The role of SPATA2 in TNF signaling, cancer, and spermatogenesis

Abstract

The activation of TNF receptors can lead to cell death with a mechanism of cell necrosis regulated genetically and distinct from apoptosis which is defined as necroptosis. Necroptosis has been one of the most studied emerging cell death/signaling pathways in recent years, especially in light of the role of this process in human disease. However, not all regulatory components of TNF signaling have been identified in relation to both physiological and pathological conditions. In 2008, Spata2 (Spermatogenesis-associated protein 2) was identified as one of the seven fundamental genes for the cellular signaling network that regulates necroptosis and apoptosis. This gene had been cloned by our group and named Spata2 as its expression was found to be elevated in the testis compared to other tissues, localized at the Sertoli cell level and FSH-dependent. More recently, it has been demonstrated that deletion of Spata2 gene causes increased inhibin α expression and attenuated fertility in male mice. However, more importantly, five recently published reports have highlighted that SPATA2 is crucial for recruiting CYLD to the TNFR1 signaling complex thus promoting its activation leading to TNF-induced cell death. Loss of SPATA2 increases transcriptional activation of NF-kB and limits TNF-induced necroptosis. Here we will discuss these important findings regarding SPATA2 and, in particular, focus attention on the evidence that suggests a role for this protein in the TNF signaling pathway.

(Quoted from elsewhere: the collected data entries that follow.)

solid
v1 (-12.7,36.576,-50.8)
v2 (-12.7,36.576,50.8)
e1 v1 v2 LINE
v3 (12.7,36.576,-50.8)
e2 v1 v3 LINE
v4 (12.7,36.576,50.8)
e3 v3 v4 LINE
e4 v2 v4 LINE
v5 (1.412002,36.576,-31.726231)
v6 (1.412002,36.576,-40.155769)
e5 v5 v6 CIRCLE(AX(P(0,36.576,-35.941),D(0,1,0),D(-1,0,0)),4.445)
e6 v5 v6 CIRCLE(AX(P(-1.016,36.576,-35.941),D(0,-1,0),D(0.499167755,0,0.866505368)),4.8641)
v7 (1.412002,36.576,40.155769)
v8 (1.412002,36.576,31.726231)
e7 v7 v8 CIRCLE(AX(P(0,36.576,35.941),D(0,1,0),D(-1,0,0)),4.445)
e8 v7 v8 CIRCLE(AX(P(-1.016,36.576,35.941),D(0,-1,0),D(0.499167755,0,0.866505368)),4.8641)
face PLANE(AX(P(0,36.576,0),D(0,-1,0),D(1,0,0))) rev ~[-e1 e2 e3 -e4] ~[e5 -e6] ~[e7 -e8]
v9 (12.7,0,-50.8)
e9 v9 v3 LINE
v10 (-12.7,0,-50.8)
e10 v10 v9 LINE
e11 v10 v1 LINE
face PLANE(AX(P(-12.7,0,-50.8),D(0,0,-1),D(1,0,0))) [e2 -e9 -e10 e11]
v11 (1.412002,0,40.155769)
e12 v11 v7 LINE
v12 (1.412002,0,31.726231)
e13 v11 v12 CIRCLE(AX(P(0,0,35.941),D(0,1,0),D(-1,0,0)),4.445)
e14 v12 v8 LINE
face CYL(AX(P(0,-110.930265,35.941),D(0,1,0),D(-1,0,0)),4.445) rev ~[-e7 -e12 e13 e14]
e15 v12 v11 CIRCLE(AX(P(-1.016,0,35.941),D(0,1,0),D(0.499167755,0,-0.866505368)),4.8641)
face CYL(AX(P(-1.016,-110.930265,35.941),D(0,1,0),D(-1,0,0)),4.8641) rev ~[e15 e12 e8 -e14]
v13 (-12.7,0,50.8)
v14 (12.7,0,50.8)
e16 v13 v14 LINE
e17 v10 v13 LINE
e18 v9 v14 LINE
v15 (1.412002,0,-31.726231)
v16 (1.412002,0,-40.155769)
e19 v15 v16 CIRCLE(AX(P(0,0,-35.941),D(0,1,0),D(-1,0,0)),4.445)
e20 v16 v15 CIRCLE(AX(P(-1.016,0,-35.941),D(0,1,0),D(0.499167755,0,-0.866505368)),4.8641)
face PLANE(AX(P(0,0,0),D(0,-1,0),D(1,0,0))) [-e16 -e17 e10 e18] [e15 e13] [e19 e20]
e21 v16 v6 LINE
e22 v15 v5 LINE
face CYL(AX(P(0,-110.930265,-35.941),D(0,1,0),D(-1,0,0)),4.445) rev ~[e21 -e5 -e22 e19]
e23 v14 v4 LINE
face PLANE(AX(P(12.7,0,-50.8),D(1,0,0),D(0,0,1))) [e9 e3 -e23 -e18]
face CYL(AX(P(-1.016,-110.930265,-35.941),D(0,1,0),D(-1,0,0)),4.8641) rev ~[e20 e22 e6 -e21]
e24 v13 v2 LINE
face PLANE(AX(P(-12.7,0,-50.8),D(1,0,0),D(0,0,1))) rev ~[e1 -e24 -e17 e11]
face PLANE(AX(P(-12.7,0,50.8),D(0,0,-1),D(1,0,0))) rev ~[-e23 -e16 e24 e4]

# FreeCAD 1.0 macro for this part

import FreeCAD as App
import Part
import Sketcher

V = App.Vector
Q = App.Units.Quantity


def add_polygon(sketch, points):
    """Adds a closed chain of lines whose ends are joined by coincident constraints."""
    first, n = sketch.GeometryCount, len(points)
    for a, b in zip(points, points[1:] + points[:1]):
        sketch.addGeometry(Part.LineSegment(App.Vector(*a, 0), App.Vector(*b, 0)), False)
    for i in range(n):
        sketch.addConstraint(Sketcher.Constraint("Coincident", first + i, 2, first + (i + 1) % n, 1))

doc = App.newDocument("Part")
body = doc.addObject("PartDesign::Body", "Body")

# Sketch on XZ plane
sketch1 = body.newObject("Sketcher::SketchObject", "Sketch")
sketch1.AttachmentSupport = (doc.getObject("XZ_Plane"), [""])
sketch1.MapMode = "FlatFace"
add_polygon(sketch1, [(-13, 51), (-13, -51), (13, -51), (13, 51)])  # lines 0-3
sketch1.addConstraint([
    Sketcher.Constraint("Vertical", 0),
    Sketcher.Constraint("Horizontal", 1),
    Sketcher.Constraint("Vertical", 2),
    Sketcher.Constraint("Horizontal", 3),
    Sketcher.Constraint("Symmetric", 0, 2, 2, 2, -1, 1),
    Sketcher.Constraint("DistanceX", 1, 1, 1, 2, Q("1 in")),
    Sketcher.Constraint("DistanceY", 0, 2, 0, 1, Q("4 in")),
])
pad1 = body.newObject("PartDesign::Pad", "Pad")
pad1.Profile = sketch1
pad1.Length = Q("1.44 in")
pad1.Reversed = True

# Sketch on XZ plane
sketch2 = body.newObject("Sketcher::SketchObject", "Sketch001")
sketch2.AttachmentSupport = (doc.getObject("XZ_Plane"), [""])
sketch2.MapMode = "FlatFace"
sketch2.addGeometry([
    Part.Circle(V(0, 35.9, 0), V(0, 0, 1), 4.4),
    Part.Circle(V(0, -35.9, 0), V(0, 0, 1), 4.4),
], False)
sketch2.addConstraint([
    Sketcher.Constraint("Equal", 0, 1),
    Sketcher.Constraint("Symmetric", 0, 3, 1, 3, -1, 1),
    Sketcher.Constraint("PointOnObject", 0, 3, -2),
    Sketcher.Constraint("Diameter", 0, Q("0.35 in")),
    Sketcher.Constraint("DistanceY", 1, 3, 0, 3, Q("2.83 in")),
])
doc.recompute()
hole = body.newObject("PartDesign::Hole", "Hole")
hole.Profile = sketch2
hole.ThreadType = "None"
hole.Diameter = Q("0.35 in")
hole.DepthType = "ThroughAll"

# Sketch on XZ plane
sketch3 = body.newObject("Sketcher::SketchObject", "Sketch002")
sketch3.AttachmentSupport = (doc.getObject("XZ_Plane"), [""])
sketch3.MapMode = "FlatFace"
sketch3.addGeometry([
    Part.Circle(V(-1, 35.9, 0), V(0, 0, 1), 4.9),
    Part.Circle(V(-1, -35.9, 0), V(0, 0, 1), 4.9),
], False)
sketch3.addConstraint([
    Sketcher.Constraint("Equal", 0, 1),
    Sketcher.Constraint("Symmetric", 0, 3, 1, 3, -1),
    Sketcher.Constraint("Diameter", 0, Q("0.383 in")),
    Sketcher.Constraint("DistanceX", 0, 3, -1, 1, Q("0.04 in")),
    Sketcher.Constraint("DistanceY", 1, 3, 0, 3, Q("2.83 in")),
])
doc.recompute()
hole2 = body.newObject("PartDesign::Hole", "Hole001")
hole2.Profile = sketch3
hole2.ThreadType = "None"
hole2.Diameter = Q("0.383 in")
hole2.DepthType = "ThroughAll"

doc.recompute()
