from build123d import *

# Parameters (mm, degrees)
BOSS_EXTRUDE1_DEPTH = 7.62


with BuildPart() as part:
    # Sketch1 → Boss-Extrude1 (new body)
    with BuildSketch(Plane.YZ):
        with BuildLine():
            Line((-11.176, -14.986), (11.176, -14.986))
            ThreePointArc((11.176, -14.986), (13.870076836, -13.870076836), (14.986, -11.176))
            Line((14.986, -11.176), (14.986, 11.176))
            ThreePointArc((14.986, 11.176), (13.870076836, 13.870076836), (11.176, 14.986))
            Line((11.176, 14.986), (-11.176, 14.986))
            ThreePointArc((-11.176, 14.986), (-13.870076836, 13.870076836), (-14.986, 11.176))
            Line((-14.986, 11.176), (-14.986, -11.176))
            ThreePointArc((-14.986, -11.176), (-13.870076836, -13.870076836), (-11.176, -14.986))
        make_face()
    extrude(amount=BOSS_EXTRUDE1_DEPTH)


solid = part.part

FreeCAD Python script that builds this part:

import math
import FreeCAD as App
import Part
import Sketcher
Q = App.Units.Quantity

doc = App.newDocument("Part")
body = doc.addObject("PartDesign::Body", "Body")

sketch1 = body.newObject("Sketcher::SketchObject", "Sketch")
sketch1.AttachmentSupport = (doc.getObject("YZ_Plane"), [""])
sketch1.MapMode = "FlatFace"
sketch1.addGeometry(Part.LineSegment(App.Vector(-11.176, -14.986, 0), App.Vector(11.176, -14.986, 0)), False)
sketch1.addGeometry(Part.ArcOfCircle(Part.Circle(App.Vector(11.176, -11.176, 0), App.Vector(0, 0, 1), 3.81), math.radians(-90), math.radians(0)), False)
sketch1.addGeometry(Part.LineSegment(App.Vector(14.986, -11.176, 0), App.Vector(14.986, 11.176, 0)), False)
sketch1.addGeometry(Part.ArcOfCircle(Part.Circle(App.Vector(11.176, 11.176, 0), App.Vector(0, 0, 1), 3.81), math.radians(0), math.radians(90)), False)
sketch1.addGeometry(Part.LineSegment(App.Vector(11.176, 14.986, 0), App.Vector(-11.176, 14.986, 0)), False)
sketch1.addGeometry(Part.ArcOfCircle(Part.Circle(App.Vector(-11.176, 11.176, 0), App.Vector(0, 0, 1), 3.81), math.radians(90), math.radians(180)), False)
sketch1.addGeometry(Part.LineSegment(App.Vector(-14.986, 11.176, 0), App.Vector(-14.986, -11.176, 0)), False)
sketch1.addGeometry(Part.ArcOfCircle(Part.Circle(App.Vector(-11.176, -11.176, 0), App.Vector(0, 0, 1), 3.81), math.radians(-180), math.radians(-90)), False)
sketch1.addConstraint(Sketcher.Constraint("Tangent", 0, 2, 1, 1))
sketch1.addConstraint(Sketcher.Constraint("Tangent", 1, 2, 2, 1))
sketch1.addConstraint(Sketcher.Constraint("Tangent", 2, 2, 3, 1))
sketch1.addConstraint(Sketcher.Constraint("Tangent", 3, 2, 4, 1))
sketch1.addConstraint(Sketcher.Constraint("Tangent", 4, 2, 5, 1))
sketch1.addConstraint(Sketcher.Constraint("Tangent", 5, 2, 6, 1))
sketch1.addConstraint(Sketcher.Constraint("Tangent", 6, 2, 7, 1))
sketch1.addConstraint(Sketcher.Constraint("Tangent", 7, 2, 0, 1))
sketch1.addConstraint(Sketcher.Constraint("Horizontal", 0))
sketch1.addConstraint(Sketcher.Constraint("Vertical", 2))
sketch1.addConstraint(Sketcher.Constraint("Horizontal", 4))
sketch1.addConstraint(Sketcher.Constraint("Vertical", 6))
sketch1.addConstraint(Sketcher.Constraint("Equal", 1, 3))
sketch1.addConstraint(Sketcher.Constraint("Equal", 3, 5))
sketch1.addConstraint(Sketcher.Constraint("Equal", 5, 7))
sketch1.addConstraint(Sketcher.Constraint("Symmetric", 1, 3, 5, 3, -1, 1))
sketch1.addConstraint(Sketcher.Constraint("Equal", 4, 2))
sketch1.addConstraint(Sketcher.Constraint("Radius", 1, Q("0.15 in")))
sketch1.addConstraint(Sketcher.Constraint("DistanceX", 0, 1, 0, 2, Q("0.88 in")))
pad1 = body.newObject("PartDesign::Pad", "Pad")
pad1.Profile = sketch1
pad1.Length = Q("0.3 in")

doc.recompute()
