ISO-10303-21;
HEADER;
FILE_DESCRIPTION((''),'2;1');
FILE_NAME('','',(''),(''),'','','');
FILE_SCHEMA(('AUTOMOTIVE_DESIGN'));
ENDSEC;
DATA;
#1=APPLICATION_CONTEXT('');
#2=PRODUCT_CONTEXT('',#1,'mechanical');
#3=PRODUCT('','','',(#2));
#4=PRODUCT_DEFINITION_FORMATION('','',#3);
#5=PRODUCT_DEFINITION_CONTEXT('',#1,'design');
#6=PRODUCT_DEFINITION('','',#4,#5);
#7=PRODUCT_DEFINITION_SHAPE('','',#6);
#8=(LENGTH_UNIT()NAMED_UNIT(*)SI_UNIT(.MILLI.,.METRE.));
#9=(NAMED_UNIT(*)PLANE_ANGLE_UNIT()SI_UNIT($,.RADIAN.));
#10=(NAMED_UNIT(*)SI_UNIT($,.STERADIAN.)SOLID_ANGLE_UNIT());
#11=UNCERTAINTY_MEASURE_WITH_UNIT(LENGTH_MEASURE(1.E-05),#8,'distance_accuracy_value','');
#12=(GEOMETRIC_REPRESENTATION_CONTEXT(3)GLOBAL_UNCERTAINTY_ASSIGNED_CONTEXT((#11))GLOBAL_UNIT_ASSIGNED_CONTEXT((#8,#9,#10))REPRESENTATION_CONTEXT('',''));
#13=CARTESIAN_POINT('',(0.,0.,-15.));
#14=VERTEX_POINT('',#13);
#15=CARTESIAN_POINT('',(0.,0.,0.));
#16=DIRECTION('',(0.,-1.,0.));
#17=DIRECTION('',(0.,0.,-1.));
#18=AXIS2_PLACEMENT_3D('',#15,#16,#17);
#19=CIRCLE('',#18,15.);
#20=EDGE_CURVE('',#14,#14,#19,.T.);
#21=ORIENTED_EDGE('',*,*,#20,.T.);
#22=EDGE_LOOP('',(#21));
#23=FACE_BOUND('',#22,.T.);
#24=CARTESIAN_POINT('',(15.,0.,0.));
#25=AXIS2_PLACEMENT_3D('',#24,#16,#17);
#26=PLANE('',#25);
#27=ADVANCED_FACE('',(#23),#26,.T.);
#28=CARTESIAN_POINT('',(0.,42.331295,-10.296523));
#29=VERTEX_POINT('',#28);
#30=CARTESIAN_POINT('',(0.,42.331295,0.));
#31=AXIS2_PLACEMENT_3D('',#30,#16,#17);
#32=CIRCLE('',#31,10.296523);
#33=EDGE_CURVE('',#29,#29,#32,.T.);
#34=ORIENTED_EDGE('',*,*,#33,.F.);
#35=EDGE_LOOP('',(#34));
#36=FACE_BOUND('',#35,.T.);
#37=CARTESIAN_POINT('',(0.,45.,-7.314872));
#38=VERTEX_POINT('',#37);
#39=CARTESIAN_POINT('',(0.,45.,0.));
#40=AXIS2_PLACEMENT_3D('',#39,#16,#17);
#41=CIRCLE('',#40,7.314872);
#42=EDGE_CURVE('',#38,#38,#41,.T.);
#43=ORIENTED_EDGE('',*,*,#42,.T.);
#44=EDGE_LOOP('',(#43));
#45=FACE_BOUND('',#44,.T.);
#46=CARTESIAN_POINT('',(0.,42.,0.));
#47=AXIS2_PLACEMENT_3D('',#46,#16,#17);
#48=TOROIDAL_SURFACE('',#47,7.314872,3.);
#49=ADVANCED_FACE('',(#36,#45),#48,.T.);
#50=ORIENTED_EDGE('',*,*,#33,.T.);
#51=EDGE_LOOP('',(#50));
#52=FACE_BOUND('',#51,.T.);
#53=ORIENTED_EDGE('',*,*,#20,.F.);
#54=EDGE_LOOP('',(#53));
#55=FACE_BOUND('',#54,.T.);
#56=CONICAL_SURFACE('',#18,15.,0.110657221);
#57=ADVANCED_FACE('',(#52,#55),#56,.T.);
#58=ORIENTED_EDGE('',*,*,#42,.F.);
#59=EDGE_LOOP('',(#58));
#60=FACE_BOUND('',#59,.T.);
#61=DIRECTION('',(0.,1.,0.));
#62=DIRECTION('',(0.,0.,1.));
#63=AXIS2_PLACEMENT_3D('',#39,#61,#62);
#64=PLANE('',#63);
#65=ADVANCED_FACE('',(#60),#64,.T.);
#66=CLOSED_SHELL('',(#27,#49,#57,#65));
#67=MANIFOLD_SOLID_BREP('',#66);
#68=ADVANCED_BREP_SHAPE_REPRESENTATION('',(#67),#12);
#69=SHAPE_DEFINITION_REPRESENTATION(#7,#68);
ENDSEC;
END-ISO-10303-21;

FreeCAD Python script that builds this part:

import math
import FreeCAD as App
import Part
import Sketcher

V = App.Vector

doc = App.newDocument("Part")
params = doc.addObject("Spreadsheet::Sheet", "Params")
for row, (alias, value) in enumerate([
    ("sketch1_radius", "3 mm"),
    ("sketch1_width", "15 mm"),
    ("sketch1_height", "45 mm"),
    ("revolution_angle", "360 deg"),
], start=1):
    params.set(f"A{row}", alias)
    params.set(f"B{row}", "=" + value)
    params.setAlias(f"B{row}", alias)

body = doc.addObject("PartDesign::Body", "Body")

# Sketch on XY plane
sketch1 = doc.addObject("Sketcher::SketchObject", "Sketch")
body.addObject(sketch1)
sketch1.AttachmentSupport = (doc.XY_Plane, [""])
sketch1.MapMode = "FlatFace"
sketch1.addGeometry([
    Part.LineSegment(V(0, 45, 0), V(0, 0, 0)),  # 0
    Part.LineSegment(V(0, 0, 0), V(15, 0, 0)),  # 1
    Part.LineSegment(V(15, 0, 0), V(10.3, 42.3, 0)),  # 2
    Part.ArcOfCircle(Part.Circle(V(7.3, 42, 0), V(0, 0, 1), 3), math.radians(6), math.radians(90)),  # 3
    Part.LineSegment(V(7.3, 45, 0), V(0, 45, 0)),  # 4
], False)
sketch1.addConstraint([
    Sketcher.Constraint("Coincident", 0, 2, 1, 1),
    Sketcher.Constraint("Coincident", 1, 2, 2, 1),
    Sketcher.Constraint("Tangent", 2, 2, 3, 1),
    Sketcher.Constraint("Tangent", 3, 2, 4, 1),
    Sketcher.Constraint("Coincident", 4, 2, 0, 1),
    Sketcher.Constraint("Vertical", 0),
    Sketcher.Constraint("Horizontal", 1),
    Sketcher.Constraint("Horizontal", 4),
    Sketcher.Constraint("Coincident", 0, 2, -1, 1),
    Sketcher.Constraint("Radius", 3, 3.0),
    Sketcher.Constraint("DistanceX", 1, 1, 1, 2, 15.0),
    Sketcher.Constraint("DistanceY", 0, 2, 0, 1, 45.0),
    Sketcher.Constraint("DistanceX", 4, 2, 4, 1, 7.314872),
])
sketch1.setExpression("Constraints[9]", "Params.sketch1_radius")
sketch1.setExpression("Constraints[10]", "Params.sketch1_width")
sketch1.setExpression("Constraints[11]", "Params.sketch1_height")
revolution = doc.addObject("PartDesign::Revolution", "Revolution")
body.addObject(revolution)
revolution.Profile = sketch1
revolution.ReferenceAxis = (sketch1, ["V_Axis"])
revolution.setExpression("Angle", "Params.revolution_angle")

doc.recompute()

Fig. 1. Role of SPATA2 at the level of TNF-RSC.

After stimulation by TNFα (1), the CYLD/SPATA2/LUBAC complex (just pre-existing in the cytosol (2) is recruited into the receptor complex I through the interaction of LUBAC with the ubiquitin chains present in the complex (3). At the same time, the direct interaction of SPATA2 with CYLD results in an increase in the enzymatic activity of the latter which mediates the de-ubiquitylation (4) of some complex components such as RIPK1–thus playing a fundamental role in attenuating the signaling pathway triggered by TNFα. Therefore, activated CYLD attenuates NF-kB pro-inflammatory signaling and MAPK pro-cell-survival response (5). Alternatively, a second complex (named complex 2) can form by recruiting, among other factors, RIPK1, FADD, and caspase-8–thus resulting in the induction of apoptotic cell death (6). If caspase-8 is inhibited, assembly following TNF stimulation promotes an alternative complex 2 with MLKL leading to necroptotic cell death (7).

Fig. 2. Immunohistochemical localization of SPATA2 at the Sertoli cell level.

The expression of SPATA2 is highlighted as a brown color that is localized in correspondence with the cytoplasm of Sertoli cells (indicated by arrows) which are easily recognizable by their elongated and branched shape and by an ovoid nucleus with the evident nucleolus. No positivity was observed in any cell of the spermatogenic germline. Scale bar = 20 μm.